BEGIN

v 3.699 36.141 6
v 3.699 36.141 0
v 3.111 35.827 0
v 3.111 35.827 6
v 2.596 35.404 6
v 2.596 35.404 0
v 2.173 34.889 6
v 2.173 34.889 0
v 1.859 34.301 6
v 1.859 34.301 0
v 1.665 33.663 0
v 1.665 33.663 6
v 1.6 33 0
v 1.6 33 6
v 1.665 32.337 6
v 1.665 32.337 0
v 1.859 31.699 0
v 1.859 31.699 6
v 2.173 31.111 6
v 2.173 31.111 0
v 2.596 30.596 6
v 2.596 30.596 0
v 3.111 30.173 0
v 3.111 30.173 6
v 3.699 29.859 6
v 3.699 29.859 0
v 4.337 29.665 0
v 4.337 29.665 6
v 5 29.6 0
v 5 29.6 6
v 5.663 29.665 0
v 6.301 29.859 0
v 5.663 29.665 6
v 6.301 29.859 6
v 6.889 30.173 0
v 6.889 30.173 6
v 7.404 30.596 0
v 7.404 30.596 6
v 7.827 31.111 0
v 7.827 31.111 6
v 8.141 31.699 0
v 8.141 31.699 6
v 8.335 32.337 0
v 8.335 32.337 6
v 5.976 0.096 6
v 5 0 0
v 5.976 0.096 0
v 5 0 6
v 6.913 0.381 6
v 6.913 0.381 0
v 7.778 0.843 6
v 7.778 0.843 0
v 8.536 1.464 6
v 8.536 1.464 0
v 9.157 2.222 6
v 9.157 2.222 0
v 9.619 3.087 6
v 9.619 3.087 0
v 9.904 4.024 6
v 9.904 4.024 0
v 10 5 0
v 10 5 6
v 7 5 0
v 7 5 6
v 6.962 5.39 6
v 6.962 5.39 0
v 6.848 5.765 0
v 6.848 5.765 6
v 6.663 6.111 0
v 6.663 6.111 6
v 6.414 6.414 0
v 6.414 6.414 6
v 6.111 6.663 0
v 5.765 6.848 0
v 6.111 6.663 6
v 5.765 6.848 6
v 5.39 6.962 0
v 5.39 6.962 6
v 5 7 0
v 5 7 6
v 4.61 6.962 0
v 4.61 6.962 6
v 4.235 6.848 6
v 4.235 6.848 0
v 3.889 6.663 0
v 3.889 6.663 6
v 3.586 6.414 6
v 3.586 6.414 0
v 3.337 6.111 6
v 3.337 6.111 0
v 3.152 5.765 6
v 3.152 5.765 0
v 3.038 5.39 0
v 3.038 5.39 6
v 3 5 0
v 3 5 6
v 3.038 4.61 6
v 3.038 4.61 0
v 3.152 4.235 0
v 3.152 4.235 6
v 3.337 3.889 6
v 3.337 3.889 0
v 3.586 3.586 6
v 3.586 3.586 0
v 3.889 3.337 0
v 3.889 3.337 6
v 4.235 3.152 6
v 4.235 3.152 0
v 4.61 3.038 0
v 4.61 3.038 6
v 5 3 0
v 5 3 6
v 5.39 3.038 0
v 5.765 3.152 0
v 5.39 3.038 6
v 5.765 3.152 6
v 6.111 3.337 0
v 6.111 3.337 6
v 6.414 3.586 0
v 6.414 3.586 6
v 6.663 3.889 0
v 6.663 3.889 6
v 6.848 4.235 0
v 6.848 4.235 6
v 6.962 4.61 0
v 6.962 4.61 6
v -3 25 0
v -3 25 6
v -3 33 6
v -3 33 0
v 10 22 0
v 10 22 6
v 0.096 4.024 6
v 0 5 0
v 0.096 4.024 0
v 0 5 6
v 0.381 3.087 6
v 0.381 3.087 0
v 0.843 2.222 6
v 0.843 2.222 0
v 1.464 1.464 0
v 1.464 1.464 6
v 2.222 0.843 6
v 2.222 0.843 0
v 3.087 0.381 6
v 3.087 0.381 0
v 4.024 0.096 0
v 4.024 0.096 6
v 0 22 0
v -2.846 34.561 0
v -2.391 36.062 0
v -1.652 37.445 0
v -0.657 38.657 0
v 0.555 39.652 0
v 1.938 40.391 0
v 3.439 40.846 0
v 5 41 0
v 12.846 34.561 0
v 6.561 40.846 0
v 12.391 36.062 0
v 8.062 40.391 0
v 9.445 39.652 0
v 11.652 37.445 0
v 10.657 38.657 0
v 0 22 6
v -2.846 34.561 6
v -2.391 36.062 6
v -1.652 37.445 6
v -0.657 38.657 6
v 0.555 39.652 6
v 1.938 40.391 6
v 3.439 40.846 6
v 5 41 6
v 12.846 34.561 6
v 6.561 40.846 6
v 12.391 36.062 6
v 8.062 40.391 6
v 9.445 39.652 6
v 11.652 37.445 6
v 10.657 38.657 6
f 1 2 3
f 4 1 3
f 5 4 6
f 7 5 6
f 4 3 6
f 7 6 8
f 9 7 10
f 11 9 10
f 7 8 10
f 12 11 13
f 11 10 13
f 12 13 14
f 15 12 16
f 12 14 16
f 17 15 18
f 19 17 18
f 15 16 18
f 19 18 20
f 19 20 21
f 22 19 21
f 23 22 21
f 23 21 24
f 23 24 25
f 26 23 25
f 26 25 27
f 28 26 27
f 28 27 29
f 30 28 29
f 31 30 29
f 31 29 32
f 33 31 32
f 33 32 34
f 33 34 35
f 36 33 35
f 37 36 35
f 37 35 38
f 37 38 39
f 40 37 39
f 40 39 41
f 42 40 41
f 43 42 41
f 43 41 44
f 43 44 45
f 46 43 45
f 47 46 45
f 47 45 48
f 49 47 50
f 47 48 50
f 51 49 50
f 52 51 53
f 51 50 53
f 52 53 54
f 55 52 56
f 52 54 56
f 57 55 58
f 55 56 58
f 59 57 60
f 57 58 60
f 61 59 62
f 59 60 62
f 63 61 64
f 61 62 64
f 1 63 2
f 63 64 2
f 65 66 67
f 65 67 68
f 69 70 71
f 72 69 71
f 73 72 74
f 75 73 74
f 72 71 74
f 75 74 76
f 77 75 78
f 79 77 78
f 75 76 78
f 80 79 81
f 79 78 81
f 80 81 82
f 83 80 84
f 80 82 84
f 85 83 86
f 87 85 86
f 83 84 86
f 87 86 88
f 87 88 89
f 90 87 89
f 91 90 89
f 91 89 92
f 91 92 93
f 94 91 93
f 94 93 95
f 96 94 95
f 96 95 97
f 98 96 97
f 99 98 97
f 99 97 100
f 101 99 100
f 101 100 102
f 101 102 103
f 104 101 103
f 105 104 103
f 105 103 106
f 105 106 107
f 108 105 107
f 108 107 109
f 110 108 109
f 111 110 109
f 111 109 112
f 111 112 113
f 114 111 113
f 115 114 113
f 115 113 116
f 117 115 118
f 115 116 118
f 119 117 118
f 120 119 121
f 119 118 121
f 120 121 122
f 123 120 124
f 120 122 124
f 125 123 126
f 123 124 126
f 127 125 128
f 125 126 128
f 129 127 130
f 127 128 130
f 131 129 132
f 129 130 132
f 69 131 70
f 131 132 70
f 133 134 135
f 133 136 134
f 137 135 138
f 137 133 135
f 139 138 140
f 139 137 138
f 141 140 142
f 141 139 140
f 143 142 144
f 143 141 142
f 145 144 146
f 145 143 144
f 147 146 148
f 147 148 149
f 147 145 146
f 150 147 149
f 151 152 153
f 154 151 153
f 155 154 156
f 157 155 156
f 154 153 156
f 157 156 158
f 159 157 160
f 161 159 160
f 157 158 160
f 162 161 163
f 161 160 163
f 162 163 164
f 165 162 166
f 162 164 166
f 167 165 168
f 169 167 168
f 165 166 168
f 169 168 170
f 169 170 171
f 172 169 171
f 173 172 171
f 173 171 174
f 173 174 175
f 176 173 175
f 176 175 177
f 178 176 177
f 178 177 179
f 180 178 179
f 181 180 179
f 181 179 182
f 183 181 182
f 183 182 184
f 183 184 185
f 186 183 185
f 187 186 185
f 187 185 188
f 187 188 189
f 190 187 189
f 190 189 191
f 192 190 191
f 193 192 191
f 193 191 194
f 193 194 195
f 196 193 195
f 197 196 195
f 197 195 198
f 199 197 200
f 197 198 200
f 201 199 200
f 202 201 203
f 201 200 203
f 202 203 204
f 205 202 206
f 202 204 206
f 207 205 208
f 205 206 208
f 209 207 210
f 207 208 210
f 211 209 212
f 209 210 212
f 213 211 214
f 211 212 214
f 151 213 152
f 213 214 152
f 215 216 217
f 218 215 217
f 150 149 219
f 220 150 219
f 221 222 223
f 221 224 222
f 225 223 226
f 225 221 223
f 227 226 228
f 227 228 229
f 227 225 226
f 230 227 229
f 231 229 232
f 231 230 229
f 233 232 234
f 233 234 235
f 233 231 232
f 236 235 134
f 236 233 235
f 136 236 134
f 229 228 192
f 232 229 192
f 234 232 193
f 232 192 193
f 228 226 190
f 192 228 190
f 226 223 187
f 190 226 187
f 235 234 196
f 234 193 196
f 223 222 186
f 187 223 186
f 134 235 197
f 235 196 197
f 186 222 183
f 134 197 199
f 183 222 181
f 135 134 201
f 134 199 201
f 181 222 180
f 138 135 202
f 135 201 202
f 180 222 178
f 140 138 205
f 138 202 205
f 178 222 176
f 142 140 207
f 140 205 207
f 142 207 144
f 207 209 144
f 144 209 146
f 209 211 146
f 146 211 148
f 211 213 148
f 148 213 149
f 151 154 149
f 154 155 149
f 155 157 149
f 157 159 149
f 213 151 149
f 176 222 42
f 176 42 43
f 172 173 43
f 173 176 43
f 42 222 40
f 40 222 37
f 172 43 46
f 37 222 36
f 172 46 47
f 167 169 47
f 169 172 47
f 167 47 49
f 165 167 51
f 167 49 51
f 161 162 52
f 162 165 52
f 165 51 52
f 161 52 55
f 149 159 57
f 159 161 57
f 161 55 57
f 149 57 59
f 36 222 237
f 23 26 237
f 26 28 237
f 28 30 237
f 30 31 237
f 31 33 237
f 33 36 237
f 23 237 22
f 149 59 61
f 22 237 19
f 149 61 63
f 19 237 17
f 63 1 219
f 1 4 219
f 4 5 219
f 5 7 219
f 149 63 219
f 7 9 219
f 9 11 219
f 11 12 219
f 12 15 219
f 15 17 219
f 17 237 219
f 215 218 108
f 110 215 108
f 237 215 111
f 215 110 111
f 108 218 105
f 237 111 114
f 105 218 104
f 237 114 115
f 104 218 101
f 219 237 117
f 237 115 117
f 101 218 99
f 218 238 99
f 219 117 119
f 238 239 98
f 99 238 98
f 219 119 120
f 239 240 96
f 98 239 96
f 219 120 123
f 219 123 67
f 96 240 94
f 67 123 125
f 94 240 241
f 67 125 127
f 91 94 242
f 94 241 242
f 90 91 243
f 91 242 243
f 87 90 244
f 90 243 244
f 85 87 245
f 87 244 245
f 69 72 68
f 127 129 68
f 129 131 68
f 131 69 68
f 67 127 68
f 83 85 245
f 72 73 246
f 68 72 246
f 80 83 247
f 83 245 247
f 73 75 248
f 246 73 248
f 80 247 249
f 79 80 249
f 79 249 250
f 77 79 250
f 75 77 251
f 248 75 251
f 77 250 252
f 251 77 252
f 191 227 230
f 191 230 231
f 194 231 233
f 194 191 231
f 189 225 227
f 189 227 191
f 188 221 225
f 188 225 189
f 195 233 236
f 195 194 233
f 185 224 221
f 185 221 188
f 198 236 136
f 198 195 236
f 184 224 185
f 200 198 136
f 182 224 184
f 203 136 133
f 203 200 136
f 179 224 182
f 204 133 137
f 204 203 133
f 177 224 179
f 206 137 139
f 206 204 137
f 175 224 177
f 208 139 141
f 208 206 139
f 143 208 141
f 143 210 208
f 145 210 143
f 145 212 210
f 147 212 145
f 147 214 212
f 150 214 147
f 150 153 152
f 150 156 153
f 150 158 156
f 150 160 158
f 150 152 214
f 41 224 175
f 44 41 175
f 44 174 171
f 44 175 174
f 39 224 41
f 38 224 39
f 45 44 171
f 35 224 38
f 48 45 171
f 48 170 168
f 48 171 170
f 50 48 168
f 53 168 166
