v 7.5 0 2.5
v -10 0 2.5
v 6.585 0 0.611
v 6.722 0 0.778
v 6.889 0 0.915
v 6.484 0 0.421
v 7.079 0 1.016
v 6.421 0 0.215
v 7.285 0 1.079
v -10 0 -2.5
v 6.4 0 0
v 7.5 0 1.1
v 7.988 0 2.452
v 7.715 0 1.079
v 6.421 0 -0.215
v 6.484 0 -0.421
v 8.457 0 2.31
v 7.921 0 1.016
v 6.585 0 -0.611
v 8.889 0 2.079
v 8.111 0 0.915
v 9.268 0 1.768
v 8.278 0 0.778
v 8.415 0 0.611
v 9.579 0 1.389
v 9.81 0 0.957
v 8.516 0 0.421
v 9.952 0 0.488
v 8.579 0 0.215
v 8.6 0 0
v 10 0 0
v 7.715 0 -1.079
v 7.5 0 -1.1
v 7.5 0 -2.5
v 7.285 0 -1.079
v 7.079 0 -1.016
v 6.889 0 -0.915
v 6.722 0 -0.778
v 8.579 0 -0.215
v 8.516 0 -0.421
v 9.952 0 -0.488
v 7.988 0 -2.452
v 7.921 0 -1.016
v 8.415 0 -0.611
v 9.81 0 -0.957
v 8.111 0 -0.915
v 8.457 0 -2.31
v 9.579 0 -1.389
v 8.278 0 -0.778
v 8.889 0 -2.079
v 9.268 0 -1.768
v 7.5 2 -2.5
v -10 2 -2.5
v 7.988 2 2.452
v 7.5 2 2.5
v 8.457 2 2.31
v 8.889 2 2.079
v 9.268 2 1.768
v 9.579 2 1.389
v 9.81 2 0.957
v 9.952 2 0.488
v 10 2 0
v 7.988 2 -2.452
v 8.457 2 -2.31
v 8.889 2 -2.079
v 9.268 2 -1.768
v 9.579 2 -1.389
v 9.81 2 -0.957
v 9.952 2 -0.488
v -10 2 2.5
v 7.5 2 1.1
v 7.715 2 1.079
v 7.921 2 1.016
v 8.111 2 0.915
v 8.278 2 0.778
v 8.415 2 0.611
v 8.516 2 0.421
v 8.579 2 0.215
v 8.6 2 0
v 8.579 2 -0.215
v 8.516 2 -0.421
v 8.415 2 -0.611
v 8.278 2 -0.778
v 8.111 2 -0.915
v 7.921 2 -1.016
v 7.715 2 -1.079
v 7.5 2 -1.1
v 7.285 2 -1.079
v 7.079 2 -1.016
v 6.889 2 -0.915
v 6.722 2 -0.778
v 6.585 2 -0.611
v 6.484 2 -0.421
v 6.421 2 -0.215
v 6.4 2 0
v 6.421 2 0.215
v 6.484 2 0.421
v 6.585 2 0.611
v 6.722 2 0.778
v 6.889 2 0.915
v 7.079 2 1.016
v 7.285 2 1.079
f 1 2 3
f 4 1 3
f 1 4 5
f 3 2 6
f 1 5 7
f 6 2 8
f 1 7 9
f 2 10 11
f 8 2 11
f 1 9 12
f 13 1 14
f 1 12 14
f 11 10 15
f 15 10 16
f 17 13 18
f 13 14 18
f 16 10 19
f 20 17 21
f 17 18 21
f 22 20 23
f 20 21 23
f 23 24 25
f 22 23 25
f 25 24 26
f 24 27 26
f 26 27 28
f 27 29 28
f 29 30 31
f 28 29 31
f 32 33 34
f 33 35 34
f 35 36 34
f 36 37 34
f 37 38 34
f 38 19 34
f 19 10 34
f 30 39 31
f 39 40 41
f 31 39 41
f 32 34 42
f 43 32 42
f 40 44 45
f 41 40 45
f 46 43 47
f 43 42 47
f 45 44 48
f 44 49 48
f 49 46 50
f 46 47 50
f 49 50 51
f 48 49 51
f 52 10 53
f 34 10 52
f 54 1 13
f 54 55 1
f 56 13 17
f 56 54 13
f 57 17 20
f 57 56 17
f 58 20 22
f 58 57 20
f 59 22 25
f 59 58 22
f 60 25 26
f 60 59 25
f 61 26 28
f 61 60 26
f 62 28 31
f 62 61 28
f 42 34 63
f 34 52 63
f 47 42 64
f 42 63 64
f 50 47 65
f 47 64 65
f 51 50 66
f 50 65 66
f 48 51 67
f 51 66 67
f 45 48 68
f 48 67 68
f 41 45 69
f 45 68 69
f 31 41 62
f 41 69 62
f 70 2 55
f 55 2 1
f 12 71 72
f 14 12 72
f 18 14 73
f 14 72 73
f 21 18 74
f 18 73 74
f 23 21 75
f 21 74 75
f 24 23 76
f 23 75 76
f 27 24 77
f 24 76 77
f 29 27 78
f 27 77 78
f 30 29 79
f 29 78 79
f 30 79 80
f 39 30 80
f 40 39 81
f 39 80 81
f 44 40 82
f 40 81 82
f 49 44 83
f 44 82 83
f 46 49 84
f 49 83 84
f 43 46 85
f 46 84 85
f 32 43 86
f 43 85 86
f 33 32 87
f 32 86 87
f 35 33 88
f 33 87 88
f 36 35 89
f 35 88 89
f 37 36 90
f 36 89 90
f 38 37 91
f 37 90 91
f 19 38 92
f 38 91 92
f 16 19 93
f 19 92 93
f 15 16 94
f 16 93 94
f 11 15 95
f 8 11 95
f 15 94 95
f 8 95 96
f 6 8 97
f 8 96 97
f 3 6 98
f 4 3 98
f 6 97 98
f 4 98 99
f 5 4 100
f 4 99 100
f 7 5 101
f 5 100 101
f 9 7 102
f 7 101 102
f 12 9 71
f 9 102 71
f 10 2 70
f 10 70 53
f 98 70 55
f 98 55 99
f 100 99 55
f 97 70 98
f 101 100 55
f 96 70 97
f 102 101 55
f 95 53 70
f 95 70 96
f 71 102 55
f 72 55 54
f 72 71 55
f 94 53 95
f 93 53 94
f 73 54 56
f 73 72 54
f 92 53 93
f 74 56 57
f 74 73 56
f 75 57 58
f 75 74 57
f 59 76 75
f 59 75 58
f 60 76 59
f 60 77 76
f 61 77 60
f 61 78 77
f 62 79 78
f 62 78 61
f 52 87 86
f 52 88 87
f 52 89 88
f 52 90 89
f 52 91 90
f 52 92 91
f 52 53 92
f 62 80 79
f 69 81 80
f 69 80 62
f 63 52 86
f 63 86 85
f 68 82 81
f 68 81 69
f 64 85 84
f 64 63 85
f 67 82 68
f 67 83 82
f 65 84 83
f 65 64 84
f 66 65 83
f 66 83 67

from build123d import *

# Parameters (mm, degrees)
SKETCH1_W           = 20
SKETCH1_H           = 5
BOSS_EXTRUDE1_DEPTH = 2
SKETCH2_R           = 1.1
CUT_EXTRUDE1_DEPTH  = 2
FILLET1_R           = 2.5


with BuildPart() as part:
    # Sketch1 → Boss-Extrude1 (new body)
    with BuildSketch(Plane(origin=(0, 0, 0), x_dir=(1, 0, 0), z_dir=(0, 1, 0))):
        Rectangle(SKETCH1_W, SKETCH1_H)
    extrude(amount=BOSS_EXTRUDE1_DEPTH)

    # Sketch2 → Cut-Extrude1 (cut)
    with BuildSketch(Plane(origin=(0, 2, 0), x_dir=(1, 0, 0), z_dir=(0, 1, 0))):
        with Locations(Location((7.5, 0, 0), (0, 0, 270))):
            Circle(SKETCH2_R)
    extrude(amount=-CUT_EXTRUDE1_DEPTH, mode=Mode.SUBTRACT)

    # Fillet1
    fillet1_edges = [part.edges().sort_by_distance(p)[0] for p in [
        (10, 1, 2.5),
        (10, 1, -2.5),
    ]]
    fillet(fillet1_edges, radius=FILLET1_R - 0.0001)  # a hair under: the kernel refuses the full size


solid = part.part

END

■ Problem description
Print only what lies in the material above starting at the line with "f 123 124 126" and ending at the line with "f 181 179 182", every line exactly as given.

■ Output for this task
f 123 124 126
f 127 125 128
f 125 126 128
f 129 127 130
f 127 128 130
f 131 129 132
f 129 130 132
f 69 131 70
f 131 132 70
f 133 134 135
f 133 136 134
f 137 135 138
f 137 133 135
f 139 138 140
f 139 137 138
f 141 140 142
f 141 139 140
f 143 142 144
f 143 141 142
f 145 144 146
f 145 143 144
f 147 146 148
f 147 148 149
f 147 145 146
f 150 147 149
f 151 152 153
f 154 151 153
f 155 154 156
f 157 155 156
f 154 153 156
f 157 156 158
f 159 157 160
f 161 159 160
f 157 158 160
f 162 161 163
f 161 160 163
f 162 163 164
f 165 162 166
f 162 164 166
f 167 165 168
f 169 167 168
f 165 166 168
f 169 168 170
f 169 170 171
f 172 169 171
f 173 172 171
f 173 171 174
f 173 174 175
f 176 173 175
f 176 175 177
f 178 176 177
f 178 177 179
f 180 178 179
f 181 180 179
f 181 179 182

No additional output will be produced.